English: It is a fun for me to prepare challenges for kids’ minds and then to watch them immersed in the search for solution, be it at home when one appreciates a calm period of time, let alone when travelling on a bus/train for a long period of time. Nonetheless, it may be a challenge for the adults to come up with a task that requires neither writing, reading nor arithmetics which are common ingredients of all possible playbooks.
This page shall be an inspiration for anyone who wants to serve kids’ minds with simple-to-solve challenges. As far as I see the riddles are a great activity for children, and the experience becomes much stronger if you pack the riddle into a story: It can be an ancient letter explaining these riddles will lead them to a treasure box, or a request to help the secret agents find a lost diamond, or they may be promised to find a dinosaur skeleton at the end. You can write the letters yourselves and, indeed, you will have to read them too so do not worry about readability of your script.
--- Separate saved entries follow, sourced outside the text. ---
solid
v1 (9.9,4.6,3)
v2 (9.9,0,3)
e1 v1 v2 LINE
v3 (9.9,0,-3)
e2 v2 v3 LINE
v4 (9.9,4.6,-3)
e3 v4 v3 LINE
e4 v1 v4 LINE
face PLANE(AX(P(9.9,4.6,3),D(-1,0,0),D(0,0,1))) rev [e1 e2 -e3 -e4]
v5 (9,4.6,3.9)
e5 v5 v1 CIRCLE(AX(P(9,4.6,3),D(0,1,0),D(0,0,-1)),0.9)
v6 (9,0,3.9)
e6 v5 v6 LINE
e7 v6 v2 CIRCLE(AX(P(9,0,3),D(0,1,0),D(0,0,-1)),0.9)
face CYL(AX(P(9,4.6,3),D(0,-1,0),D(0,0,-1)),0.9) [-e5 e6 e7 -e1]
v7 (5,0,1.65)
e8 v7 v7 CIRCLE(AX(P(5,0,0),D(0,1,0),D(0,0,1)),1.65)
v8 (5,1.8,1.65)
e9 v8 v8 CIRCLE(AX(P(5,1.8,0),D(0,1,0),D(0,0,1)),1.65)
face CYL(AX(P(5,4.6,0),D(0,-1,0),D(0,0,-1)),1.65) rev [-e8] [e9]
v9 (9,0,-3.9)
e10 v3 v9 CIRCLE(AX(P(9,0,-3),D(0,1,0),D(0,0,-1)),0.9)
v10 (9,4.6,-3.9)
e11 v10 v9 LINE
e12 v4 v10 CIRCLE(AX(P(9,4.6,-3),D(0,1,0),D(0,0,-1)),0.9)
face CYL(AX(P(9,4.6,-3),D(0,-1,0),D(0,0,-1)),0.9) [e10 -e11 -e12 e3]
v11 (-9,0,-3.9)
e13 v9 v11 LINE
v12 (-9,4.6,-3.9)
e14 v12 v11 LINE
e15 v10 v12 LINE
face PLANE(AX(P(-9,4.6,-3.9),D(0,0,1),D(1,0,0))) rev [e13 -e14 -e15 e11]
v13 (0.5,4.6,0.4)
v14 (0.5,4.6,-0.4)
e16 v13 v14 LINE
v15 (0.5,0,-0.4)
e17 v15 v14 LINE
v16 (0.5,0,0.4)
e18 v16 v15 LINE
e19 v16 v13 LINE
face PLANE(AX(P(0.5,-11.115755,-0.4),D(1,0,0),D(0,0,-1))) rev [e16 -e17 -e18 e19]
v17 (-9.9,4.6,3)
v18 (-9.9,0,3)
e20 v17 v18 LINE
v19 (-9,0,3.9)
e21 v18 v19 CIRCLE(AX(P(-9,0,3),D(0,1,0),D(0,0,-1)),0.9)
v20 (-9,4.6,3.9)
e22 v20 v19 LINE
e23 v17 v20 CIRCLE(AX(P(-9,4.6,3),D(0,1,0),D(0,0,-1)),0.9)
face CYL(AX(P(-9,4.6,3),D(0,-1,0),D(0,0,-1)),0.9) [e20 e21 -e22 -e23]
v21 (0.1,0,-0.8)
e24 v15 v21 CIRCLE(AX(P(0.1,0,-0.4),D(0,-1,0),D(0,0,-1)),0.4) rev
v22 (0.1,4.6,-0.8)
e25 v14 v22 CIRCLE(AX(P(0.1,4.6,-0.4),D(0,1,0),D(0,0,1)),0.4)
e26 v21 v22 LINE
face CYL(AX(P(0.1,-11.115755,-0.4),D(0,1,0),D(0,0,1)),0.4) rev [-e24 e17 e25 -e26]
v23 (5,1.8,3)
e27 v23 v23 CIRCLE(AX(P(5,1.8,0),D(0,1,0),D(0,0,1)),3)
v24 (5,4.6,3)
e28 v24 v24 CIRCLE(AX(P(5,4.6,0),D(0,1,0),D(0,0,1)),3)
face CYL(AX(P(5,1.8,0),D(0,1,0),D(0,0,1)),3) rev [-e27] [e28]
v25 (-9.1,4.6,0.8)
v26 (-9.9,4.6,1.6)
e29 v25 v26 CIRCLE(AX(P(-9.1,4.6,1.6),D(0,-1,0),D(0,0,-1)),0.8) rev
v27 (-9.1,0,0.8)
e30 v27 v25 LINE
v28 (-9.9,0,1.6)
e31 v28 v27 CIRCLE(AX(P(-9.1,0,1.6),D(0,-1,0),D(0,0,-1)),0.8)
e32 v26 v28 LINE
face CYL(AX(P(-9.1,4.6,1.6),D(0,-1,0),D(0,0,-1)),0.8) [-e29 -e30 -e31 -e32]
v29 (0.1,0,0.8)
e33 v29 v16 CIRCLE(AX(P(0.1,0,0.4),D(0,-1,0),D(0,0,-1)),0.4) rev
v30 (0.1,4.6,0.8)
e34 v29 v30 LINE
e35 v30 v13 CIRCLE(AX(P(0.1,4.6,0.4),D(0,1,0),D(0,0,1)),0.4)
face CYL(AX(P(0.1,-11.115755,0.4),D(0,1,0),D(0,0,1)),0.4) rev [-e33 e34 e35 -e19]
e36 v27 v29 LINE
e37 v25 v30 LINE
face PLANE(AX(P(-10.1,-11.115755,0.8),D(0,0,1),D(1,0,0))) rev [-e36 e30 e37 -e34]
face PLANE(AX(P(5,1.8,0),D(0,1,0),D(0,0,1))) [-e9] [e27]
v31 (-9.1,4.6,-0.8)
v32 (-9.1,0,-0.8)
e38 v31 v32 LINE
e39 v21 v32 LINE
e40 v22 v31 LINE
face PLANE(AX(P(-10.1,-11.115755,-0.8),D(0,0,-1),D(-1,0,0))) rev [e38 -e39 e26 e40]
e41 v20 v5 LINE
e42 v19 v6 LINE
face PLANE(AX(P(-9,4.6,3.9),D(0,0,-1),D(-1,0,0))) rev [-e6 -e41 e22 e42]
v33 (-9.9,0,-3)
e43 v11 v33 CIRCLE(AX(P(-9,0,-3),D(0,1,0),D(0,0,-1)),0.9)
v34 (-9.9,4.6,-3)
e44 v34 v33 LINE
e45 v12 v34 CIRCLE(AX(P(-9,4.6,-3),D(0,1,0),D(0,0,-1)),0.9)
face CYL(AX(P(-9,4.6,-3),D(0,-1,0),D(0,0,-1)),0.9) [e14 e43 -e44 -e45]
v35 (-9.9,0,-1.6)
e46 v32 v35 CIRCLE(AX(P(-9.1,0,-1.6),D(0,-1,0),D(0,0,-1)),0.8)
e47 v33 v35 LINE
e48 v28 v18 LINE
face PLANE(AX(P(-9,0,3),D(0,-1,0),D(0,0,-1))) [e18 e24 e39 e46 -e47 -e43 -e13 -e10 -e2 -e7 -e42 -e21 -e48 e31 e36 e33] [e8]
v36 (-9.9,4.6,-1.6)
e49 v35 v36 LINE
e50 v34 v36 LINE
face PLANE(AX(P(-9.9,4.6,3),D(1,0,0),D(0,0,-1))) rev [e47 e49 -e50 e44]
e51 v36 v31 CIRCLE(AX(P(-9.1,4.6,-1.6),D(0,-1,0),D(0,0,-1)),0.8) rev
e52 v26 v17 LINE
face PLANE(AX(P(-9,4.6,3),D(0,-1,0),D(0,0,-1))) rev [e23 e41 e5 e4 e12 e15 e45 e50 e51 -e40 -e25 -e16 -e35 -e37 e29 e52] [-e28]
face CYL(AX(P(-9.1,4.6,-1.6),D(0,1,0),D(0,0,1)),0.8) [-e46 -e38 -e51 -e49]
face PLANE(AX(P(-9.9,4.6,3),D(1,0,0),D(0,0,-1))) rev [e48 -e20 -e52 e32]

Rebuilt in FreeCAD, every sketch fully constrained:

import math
import FreeCAD as App
import Part
import Sketcher


def edges_at(feature, points):
    """Names of the edges that pass closest to the given points."""
    edges = feature.Shape.Edges
    near = lambda p: min(range(len(edges)), key=lambda i: edges[i].distToShape(Part.Vertex(*p))[0])
    return sorted({f"Edge{near(p) + 1}" for p in points})

doc = App.newDocument("Part")
body = doc.addObject("PartDesign::Body", "Body")

# Sketch on XZ plane
sketch1 = body.newObject("Sketcher::SketchObject", "Sketch")
sketch1.AttachmentSupport = (doc.getObject("XZ_Plane"), [""])
sketch1.MapMode = "FlatFace"
sketch1.addGeometry([
    Part.LineSegment(App.Vector(-9.9, -3, 0), App.Vector(-9.9, 3, 0)),  # 0
    Part.ArcOfCircle(Part.Circle(App.Vector(-9, 3, 0), App.Vector(0, 0, 1), 0.9), math.radians(90), math.radians(180)),  # 1
    Part.LineSegment(App.Vector(-9, 3.9, 0), App.Vector(9, 3.9, 0)),  # 2
    Part.ArcOfCircle(Part.Circle(App.Vector(9, 3, 0), App.Vector(0, 0, 1), 0.9), math.radians(0), math.radians(90)),  # 3
    Part.LineSegment(App.Vector(9.9, 3, 0), App.Vector(9.9, -3, 0)),  # 4
    Part.ArcOfCircle(Part.Circle(App.Vector(9, -3, 0), App.Vector(0, 0, 1), 0.9), math.radians(-90), math.radians(0)),  # 5
    Part.LineSegment(App.Vector(9, -3.9, 0), App.Vector(-9, -3.9, 0)),  # 6
    Part.ArcOfCircle(Part.Circle(App.Vector(-9, -3, 0), App.Vector(0, 0, 1), 0.9), math.radians(180), math.radians(270)),  # 7
    Part.Circle(App.Vector(5, 0, 0), App.Vector(0, 0, 1), 1.6),  # 8
], False)
sketch1.addConstraint([
    Sketcher.Constraint("Tangent", 0, 2, 1, 2),
    Sketcher.Constraint("Tangent", 1, 1, 2, 1),
    Sketcher.Constraint("Tangent", 2, 2, 3, 2),
    Sketcher.Constraint("Tangent", 3, 1, 4, 1),
    Sketcher.Constraint("Tangent", 4, 2, 5, 2),
    Sketcher.Constraint("Tangent", 5, 1, 6, 1),
    Sketcher.Constraint("Tangent", 6, 2, 7, 2),
    Sketcher.Constraint("Tangent", 7, 1, 0, 1),
    Sketcher.Constraint("Vertical", 0),
    Sketcher.Constraint("Horizontal", 2),
    Sketcher.Constraint("Vertical", 4),
    Sketcher.Constraint("Horizontal", 6),
    Sketcher.Constraint("Equal", 1, 3),
    Sketcher.Constraint("Equal", 3, 5),
    Sketcher.Constraint("Equal", 5, 7),
    Sketcher.Constraint("Symmetric", 1, 3, 5, 3, -1, 1),
    Sketcher.Constraint("PointOnObject", 8, 3, -1),
    Sketcher.Constraint("Diameter", 8, 3.3),
    Sketcher.Constraint("Radius", 1, 0.9),
    Sketcher.Constraint("DistanceX", 2, 1, 2, 2, 18.0),
    Sketcher.Constraint("DistanceY", 0, 1, 0, 2, 6.0),
    Sketcher.Constraint("DistanceX", -1, 1, 8, 3, 5.0),
])
pad1 = body.newObject("PartDesign::Pad", "Pad")
pad1.Profile = sketch1
pad1.Length = 4.6
pad1.Reversed = True

# Sketch on XZ plane
sketch2 = body.newObject("Sketcher::SketchObject", "Sketch001")
sketch2.AttachmentSupport = (doc.getObject("XZ_Plane"), [""])
sketch2.MapMode = "FlatFace"
sketch2.AttachmentOffset = App.Placement(App.Vector(0, 0, -4.6), App.Rotation())
sketch2.addGeometry([
    Part.LineSegment(App.Vector(0.1, -0.8, 0), App.Vector(-10.1, -0.8, 0)),  # 0
    Part.ArcOfCircle(Part.Circle(App.Vector(-10.1, -0.4, 0), App.Vector(0, 0, 1), 0.4), math.radians(-180), math.radians(-90)),  # 1
    Part.LineSegment(App.Vector(-10.5, -0.4, 0), App.Vector(-10.5, 0.4, 0)),  # 2
    Part.ArcOfCircle(Part.Circle(App.Vector(-10.1, 0.4, 0), App.Vector(0, 0, 1), 0.4), math.radians(90), math.radians(180)),  # 3
    Part.LineSegment(App.Vector(-10.1, 0.8, 0), App.Vector(0.1, 0.8, 0)),  # 4
    Part.ArcOfCircle(Part.Circle(App.Vector(0.1, 0.4, 0), App.Vector(0, 0, 1), 0.4), math.radians(0), math.radians(90)),  # 5
    Part.LineSegment(App.Vector(0.5, 0.4, 0), App.Vector(0.5, -0.4, 0)),  # 6
    Part.ArcOfCircle(Part.Circle(App.Vector(0.1, -0.4, 0), App.Vector(0, 0, 1), 0.4), math.radians(-90), math.radians(0)),  # 7
], False)
sketch2.addConstraint([
    Sketcher.Constraint("Tangent", 0, 2, 1, 2),
    Sketcher.Constraint("Tangent", 1, 1, 2, 1),
    Sketcher.Constraint("Tangent", 2, 2, 3, 2),
    Sketcher.Constraint("Tangent", 3, 1, 4, 1),
    Sketcher.Constraint("Tangent", 4, 2, 5, 2),
    Sketcher.Constraint("Tangent", 5, 1, 6, 1),
    Sketcher.Constraint("Tangent", 6, 2, 7, 2),
    Sketcher.Constraint("Tangent", 7, 1, 0, 1),
    Sketcher.Constraint("Horizontal", 0),
    Sketcher.Constraint("Vertical", 2),
    Sketcher.Constraint("Horizontal", 4),
    Sketcher.Constraint("Vertical", 6),
    Sketcher.Constraint("Equal", 1, 3),
    Sketcher.Constraint("Equal", 3, 5),
    Sketcher.Constraint("Equal", 5, 7),
    Sketcher.Constraint("Radius", 1, 0.4),
    Sketcher.Constraint("DistanceX", 0, 2, 0, 1, 10.2),
    Sketcher.Constraint("DistanceY", 2, 1, 2, 2, 0.8),
    Sketcher.Constraint("DistanceX", 1, 3, -1, 1, 10.1),
    Sketcher.Constraint("DistanceY", 1, 3, -1, 1, 0.4),
])
pocket1 = body.newObject("PartDesign::Pocket", "Pocket")
pocket1.Profile = sketch2
pocket1.Length = 4.6
pocket1.Reversed = True
doc.recompute()

fillet = body.newObject("PartDesign::Fillet", "Fillet")
fillet.Base = (pocket1, edges_at(pocket1, [(-9.9, 2.3, 0.8), (-9.9, 2.3, -0.8)]))
fillet.Radius = 0.8

# Sketch on XZ plane
sketch3 = body.newObject("Sketcher::SketchObject", "Sketch002")
sketch3.AttachmentSupport = (doc.getObject("XZ_Plane"), [""])
sketch3.MapMode = "FlatFace"
sketch3.AttachmentOffset = App.Placement(App.Vector(0, 0, -4.6), App.Rotation())
sketch3.addGeometry(Part.Circle(App.Vector(5, 0, 0), App.Vector(0, 0, 1), 3), False)
sketch3.addConstraint([
    Sketcher.Constraint("PointOnObject", 0, 3, -1),
    Sketcher.Constraint("Diameter", 0, 6.0),
    Sketcher.Constraint("DistanceX", -1, 1, 0, 3, 5.0),
])
pocket2 = body.newObject("PartDesign::Pocket", "Pocket001")
pocket2.Profile = sketch3
pocket2.Length = 2.8
pocket2.Reversed = True

doc.recompute()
I believe a picture has the power of thousand words, so I will not post many comments here. On the contrary, you are encouraged to share your hints and improvements.
Incomplete map
Get any map and draw parts of it to a new sheet of paper. You do not have to draw each and every detail - it is sufficient to copy significant marks like railways, lakes, etc. Small hole in each tile displays a letter from the underlying map if placed correctly; rank of the letter in the keyword is on the tile. The initial 99 % of time needed for solving this about looking for a place at map. Eventually, nonetheless, the task requires a bit of reading at the end to get the keyword.
Invisible Ink
Using lemon juice or dissolved natrium carbonate (i. e. the kitchen ash soda), you can draw a plan or an object of interest on a white paper. Once heated above the candle, the script becomes visible. The paper shall have rather rough surface so that it absorbs the “ink” properly - a common bleached office paper with ultra-smooth surface may not be the right thing. I recommend drawing a small image of a candle (or packing one along with the sheet), so that kids get a hint how to approach this task.
Rainbow Balls
The kid finds seven deflated balls with strange black dots, and a carton with pictures, but what to do with them? This riddle actually consists of a few small tasks:
- Solve a visual problem drawn at a paper sheet: What happens if it rains yet the sun is shining at the same time? This picture is distributed with the balls, and the key here is “rainbow”.
- Position the seven (inflatable) balls so that the colours correspond to the order of colors in the rainbow. I guess every book for children contains an image of rainbow.
- Inflate the balls and read the resulting keyword.
The adult must inflate the balls beforehand and write the letters by a permanent marker with a narrow tip.
Schematic floor-plan of your flat
The concept of mapping (i.e. projection of 3D world on a flat sheet of paper which is 2D) is obvious to adults, but may be very hard for children who never encountered it. Draw a schema of your flat, place a red cross to mark “the treasure is here” and adjust the level by the age of children:
- for very small kids, use colours and draw their room/bad with all familiar details (bed linen wih a real motive, favourite toys around the bad as in reality, dining table with a children seat) so that they can catch up,
- for older kids, limit the use of colours (or omit them entirely) and include various level of details: Will you draw the kitchen table and chairs, or just the wall ground-plan? Will you use a symbol for open door, or just leave a “hole” in a wall?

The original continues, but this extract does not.